Reproduce, exactly and in full, only the lines below from the one containing "v 13.589 -129.288 5" through the one containing "v -95.532 -56.247 5".

----- INPUT FOR THIS TASK -----

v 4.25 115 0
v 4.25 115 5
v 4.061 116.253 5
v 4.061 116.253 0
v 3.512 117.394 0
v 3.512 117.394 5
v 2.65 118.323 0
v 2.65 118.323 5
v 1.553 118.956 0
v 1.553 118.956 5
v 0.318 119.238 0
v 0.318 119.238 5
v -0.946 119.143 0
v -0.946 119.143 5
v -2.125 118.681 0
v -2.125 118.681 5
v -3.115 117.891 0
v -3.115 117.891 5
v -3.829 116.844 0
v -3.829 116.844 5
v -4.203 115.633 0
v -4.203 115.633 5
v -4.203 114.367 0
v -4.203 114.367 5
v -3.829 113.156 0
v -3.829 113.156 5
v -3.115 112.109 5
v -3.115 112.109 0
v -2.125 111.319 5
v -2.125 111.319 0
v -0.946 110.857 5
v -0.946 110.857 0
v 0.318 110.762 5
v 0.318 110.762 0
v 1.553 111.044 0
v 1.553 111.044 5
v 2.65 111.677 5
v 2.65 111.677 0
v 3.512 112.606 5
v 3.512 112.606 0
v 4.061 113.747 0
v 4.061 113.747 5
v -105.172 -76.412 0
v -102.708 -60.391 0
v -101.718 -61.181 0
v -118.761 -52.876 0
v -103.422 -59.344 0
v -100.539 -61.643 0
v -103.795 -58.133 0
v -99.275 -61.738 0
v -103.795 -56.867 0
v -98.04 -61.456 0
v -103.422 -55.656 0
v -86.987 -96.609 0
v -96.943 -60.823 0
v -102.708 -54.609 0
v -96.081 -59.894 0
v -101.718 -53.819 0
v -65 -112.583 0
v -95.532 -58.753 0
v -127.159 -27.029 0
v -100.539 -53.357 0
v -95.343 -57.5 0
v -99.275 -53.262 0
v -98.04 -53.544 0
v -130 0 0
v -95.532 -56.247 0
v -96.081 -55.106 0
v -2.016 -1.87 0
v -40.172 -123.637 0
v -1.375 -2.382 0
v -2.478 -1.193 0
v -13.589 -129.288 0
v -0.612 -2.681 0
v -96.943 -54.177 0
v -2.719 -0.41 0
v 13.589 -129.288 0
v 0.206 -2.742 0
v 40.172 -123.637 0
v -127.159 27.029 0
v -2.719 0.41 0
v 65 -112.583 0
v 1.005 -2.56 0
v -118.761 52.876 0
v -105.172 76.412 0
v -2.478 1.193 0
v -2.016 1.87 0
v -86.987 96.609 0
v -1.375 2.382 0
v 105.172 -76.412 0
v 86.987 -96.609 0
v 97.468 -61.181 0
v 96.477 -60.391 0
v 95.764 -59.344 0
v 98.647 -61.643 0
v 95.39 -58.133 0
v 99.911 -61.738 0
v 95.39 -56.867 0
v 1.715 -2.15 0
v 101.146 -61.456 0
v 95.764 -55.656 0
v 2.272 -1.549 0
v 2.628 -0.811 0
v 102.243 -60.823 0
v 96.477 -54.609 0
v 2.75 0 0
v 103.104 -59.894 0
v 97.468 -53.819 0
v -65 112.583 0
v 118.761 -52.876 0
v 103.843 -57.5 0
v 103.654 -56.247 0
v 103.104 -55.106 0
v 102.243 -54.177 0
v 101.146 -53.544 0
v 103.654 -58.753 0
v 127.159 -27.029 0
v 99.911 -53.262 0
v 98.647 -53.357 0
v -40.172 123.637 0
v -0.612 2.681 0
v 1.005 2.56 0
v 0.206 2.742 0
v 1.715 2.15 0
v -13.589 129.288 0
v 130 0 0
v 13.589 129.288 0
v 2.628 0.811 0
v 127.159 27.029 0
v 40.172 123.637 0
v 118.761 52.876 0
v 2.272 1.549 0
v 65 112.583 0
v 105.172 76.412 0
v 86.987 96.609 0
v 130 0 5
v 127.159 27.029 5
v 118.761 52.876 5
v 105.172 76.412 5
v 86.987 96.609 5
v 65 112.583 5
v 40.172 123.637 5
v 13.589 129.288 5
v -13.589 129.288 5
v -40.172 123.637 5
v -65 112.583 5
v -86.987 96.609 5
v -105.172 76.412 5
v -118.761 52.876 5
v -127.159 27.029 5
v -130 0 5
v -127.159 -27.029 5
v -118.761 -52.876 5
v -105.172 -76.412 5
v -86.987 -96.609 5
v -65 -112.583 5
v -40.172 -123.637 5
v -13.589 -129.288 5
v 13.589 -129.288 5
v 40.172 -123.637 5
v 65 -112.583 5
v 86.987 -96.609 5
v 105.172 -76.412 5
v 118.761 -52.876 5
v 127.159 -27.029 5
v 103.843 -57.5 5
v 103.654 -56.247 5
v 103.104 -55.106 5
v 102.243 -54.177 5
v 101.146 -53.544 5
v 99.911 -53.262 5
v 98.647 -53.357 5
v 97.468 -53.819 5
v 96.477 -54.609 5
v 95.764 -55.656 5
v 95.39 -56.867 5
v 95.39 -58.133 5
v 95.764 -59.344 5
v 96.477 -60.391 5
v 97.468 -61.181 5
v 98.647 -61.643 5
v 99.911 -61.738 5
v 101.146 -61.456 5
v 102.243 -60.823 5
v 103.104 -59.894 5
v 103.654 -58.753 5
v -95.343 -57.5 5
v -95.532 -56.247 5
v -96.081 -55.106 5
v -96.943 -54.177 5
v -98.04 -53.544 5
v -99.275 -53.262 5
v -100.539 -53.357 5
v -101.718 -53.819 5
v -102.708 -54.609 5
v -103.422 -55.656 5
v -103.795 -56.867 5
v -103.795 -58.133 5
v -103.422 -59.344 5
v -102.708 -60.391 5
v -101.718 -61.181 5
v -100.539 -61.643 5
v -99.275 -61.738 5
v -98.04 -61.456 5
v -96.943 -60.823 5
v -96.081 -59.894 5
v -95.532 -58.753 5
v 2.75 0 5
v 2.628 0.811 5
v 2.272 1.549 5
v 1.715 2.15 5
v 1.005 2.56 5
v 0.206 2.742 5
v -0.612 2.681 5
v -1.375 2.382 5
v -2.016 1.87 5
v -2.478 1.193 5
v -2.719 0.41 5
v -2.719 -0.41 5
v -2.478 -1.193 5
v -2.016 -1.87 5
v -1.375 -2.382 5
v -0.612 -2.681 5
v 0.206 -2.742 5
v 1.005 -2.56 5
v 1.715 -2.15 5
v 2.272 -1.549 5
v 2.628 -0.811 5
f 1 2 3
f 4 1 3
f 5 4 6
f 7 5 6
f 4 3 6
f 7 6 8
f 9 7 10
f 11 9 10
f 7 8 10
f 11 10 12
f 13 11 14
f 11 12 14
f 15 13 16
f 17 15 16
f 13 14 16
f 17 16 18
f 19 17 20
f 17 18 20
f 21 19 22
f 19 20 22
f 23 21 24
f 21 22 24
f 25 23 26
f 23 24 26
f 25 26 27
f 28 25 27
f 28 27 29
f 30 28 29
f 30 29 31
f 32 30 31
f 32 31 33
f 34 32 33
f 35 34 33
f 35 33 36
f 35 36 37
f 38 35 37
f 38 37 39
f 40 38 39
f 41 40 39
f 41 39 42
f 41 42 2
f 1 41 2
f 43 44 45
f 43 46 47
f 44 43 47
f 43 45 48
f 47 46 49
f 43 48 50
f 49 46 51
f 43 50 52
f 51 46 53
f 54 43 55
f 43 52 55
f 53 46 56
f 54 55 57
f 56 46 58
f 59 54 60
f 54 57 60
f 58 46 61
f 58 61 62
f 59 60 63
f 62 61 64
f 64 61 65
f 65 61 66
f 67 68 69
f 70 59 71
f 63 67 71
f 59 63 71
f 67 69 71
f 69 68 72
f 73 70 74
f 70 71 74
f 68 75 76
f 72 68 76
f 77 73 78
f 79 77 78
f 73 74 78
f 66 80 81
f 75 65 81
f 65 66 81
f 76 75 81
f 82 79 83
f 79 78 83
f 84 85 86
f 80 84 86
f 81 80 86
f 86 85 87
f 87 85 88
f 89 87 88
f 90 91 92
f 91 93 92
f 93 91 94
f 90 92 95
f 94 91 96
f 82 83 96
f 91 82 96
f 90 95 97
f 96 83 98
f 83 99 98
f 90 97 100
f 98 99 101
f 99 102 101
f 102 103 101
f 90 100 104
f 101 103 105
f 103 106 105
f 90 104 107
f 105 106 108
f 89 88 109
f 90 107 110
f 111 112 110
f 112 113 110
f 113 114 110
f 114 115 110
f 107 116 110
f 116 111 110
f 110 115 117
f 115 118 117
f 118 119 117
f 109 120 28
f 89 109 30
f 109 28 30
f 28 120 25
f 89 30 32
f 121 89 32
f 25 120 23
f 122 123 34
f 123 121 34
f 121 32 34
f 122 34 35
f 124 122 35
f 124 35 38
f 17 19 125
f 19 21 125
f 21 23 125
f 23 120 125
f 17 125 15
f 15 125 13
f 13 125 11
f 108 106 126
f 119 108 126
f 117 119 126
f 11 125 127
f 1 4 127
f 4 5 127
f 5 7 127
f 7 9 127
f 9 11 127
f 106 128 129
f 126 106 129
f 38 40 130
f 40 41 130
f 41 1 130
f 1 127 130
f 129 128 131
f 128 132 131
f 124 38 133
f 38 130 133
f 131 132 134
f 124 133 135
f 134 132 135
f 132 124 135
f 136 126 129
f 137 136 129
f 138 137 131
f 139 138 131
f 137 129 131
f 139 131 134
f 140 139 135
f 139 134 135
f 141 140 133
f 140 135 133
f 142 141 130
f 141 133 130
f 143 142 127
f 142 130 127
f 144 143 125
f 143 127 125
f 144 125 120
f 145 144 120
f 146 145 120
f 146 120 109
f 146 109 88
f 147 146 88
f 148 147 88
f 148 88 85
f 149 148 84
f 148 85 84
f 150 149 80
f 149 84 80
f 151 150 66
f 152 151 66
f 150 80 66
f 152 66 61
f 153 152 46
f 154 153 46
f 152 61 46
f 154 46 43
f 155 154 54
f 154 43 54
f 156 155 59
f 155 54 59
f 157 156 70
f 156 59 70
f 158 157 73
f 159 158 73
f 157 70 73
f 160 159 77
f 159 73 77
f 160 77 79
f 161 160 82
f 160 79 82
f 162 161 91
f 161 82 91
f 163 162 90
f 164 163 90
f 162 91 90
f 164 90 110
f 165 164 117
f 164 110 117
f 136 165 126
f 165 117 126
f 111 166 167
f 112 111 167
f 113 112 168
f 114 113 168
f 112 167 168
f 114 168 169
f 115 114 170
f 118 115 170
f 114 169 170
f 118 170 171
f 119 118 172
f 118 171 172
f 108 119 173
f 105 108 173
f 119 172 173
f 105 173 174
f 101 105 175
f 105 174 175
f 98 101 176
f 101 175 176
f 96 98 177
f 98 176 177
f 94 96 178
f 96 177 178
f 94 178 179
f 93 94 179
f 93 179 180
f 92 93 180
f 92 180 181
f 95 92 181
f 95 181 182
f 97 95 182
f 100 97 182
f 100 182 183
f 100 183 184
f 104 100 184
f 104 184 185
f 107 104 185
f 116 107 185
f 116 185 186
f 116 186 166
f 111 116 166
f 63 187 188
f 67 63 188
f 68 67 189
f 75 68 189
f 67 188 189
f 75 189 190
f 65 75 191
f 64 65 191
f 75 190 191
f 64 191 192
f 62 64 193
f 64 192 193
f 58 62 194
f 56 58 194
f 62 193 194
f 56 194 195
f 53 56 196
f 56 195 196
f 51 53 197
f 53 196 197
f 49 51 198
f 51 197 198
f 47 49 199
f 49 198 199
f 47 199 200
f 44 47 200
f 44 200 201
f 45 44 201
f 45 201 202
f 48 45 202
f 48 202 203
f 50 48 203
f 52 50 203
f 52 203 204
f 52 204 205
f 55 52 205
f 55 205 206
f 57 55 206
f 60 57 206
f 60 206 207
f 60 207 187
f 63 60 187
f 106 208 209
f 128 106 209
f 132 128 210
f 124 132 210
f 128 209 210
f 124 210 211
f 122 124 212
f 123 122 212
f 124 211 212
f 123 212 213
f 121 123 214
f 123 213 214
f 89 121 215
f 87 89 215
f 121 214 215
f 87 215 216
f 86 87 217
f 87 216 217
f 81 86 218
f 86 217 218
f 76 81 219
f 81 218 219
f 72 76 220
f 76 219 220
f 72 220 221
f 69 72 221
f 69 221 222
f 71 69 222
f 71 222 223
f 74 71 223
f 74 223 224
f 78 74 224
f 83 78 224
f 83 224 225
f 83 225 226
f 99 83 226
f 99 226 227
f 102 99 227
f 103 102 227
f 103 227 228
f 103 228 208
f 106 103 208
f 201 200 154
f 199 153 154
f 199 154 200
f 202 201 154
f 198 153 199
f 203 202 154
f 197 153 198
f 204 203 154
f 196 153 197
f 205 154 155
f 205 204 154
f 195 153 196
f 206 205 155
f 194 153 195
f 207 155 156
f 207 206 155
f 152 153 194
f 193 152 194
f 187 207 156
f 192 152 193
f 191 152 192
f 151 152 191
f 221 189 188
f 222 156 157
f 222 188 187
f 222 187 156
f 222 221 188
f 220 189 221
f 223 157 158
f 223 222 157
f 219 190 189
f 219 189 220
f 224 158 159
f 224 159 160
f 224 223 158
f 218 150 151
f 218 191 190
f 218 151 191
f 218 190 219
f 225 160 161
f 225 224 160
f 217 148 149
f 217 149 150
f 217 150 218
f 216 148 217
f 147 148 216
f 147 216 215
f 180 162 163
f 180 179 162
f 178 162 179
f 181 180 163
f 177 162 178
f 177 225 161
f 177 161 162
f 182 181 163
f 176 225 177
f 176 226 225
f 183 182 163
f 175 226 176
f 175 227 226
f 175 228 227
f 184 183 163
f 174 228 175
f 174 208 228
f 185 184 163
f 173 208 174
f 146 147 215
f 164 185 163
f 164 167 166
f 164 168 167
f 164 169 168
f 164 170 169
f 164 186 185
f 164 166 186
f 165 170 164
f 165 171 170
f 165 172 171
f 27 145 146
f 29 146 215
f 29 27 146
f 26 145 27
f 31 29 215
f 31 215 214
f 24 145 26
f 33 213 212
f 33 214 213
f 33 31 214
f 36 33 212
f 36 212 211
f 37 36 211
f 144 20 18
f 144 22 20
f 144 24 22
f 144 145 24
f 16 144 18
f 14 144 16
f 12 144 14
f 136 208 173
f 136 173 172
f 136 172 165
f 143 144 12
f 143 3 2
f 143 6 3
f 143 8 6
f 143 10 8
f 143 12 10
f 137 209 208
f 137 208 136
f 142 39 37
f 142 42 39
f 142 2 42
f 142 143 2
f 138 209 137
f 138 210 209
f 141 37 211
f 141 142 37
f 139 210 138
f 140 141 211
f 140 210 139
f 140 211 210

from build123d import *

# Parameters (mm, degrees)
F0_R     = 130
F1_DEPTH = 5
F2_R     = 2.75
F2_R_2   = 4.25
F3_DEPTH = 5.001


with BuildPart() as f1:
    # F0 (on Top) → F1 (new body)
    with BuildSketch(Plane.XY):
        Circle(F0_R)
    extrude(amount=F1_DEPTH)

    # F2 (on face) → F3 (cut, through all)
    with BuildSketch(Plane.XY.offset(5)):
        Circle(F2_R)
        with Locations((0, 115)):
            Circle(F2_R_2)
        with Locations((-99.592921, -57.5)):
            Circle(F2_R_2)
        with Locations((99.592921, -57.5)):
            Circle(F2_R_2)
    extrude(amount=-F3_DEPTH, mode=Mode.SUBTRACT)


solid = f1.part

-----

▶ **RESPONSE BELOW**:
v 13.589 -129.288 5
v 40.172 -123.637 5
v 65 -112.583 5
v 86.987 -96.609 5
v 105.172 -76.412 5
v 118.761 -52.876 5
v 127.159 -27.029 5
v 103.843 -57.5 5
v 103.654 -56.247 5
v 103.104 -55.106 5
v 102.243 -54.177 5
v 101.146 -53.544 5
v 99.911 -53.262 5
v 98.647 -53.357 5
v 97.468 -53.819 5
v 96.477 -54.609 5
v 95.764 -55.656 5
v 95.39 -56.867 5
v 95.39 -58.133 5
v 95.764 -59.344 5
v 96.477 -60.391 5
v 97.468 -61.181 5
v 98.647 -61.643 5
v 99.911 -61.738 5
v 101.146 -61.456 5
v 102.243 -60.823 5
v 103.104 -59.894 5
v 103.654 -58.753 5
v -95.343 -57.5 5
v -95.532 -56.247 5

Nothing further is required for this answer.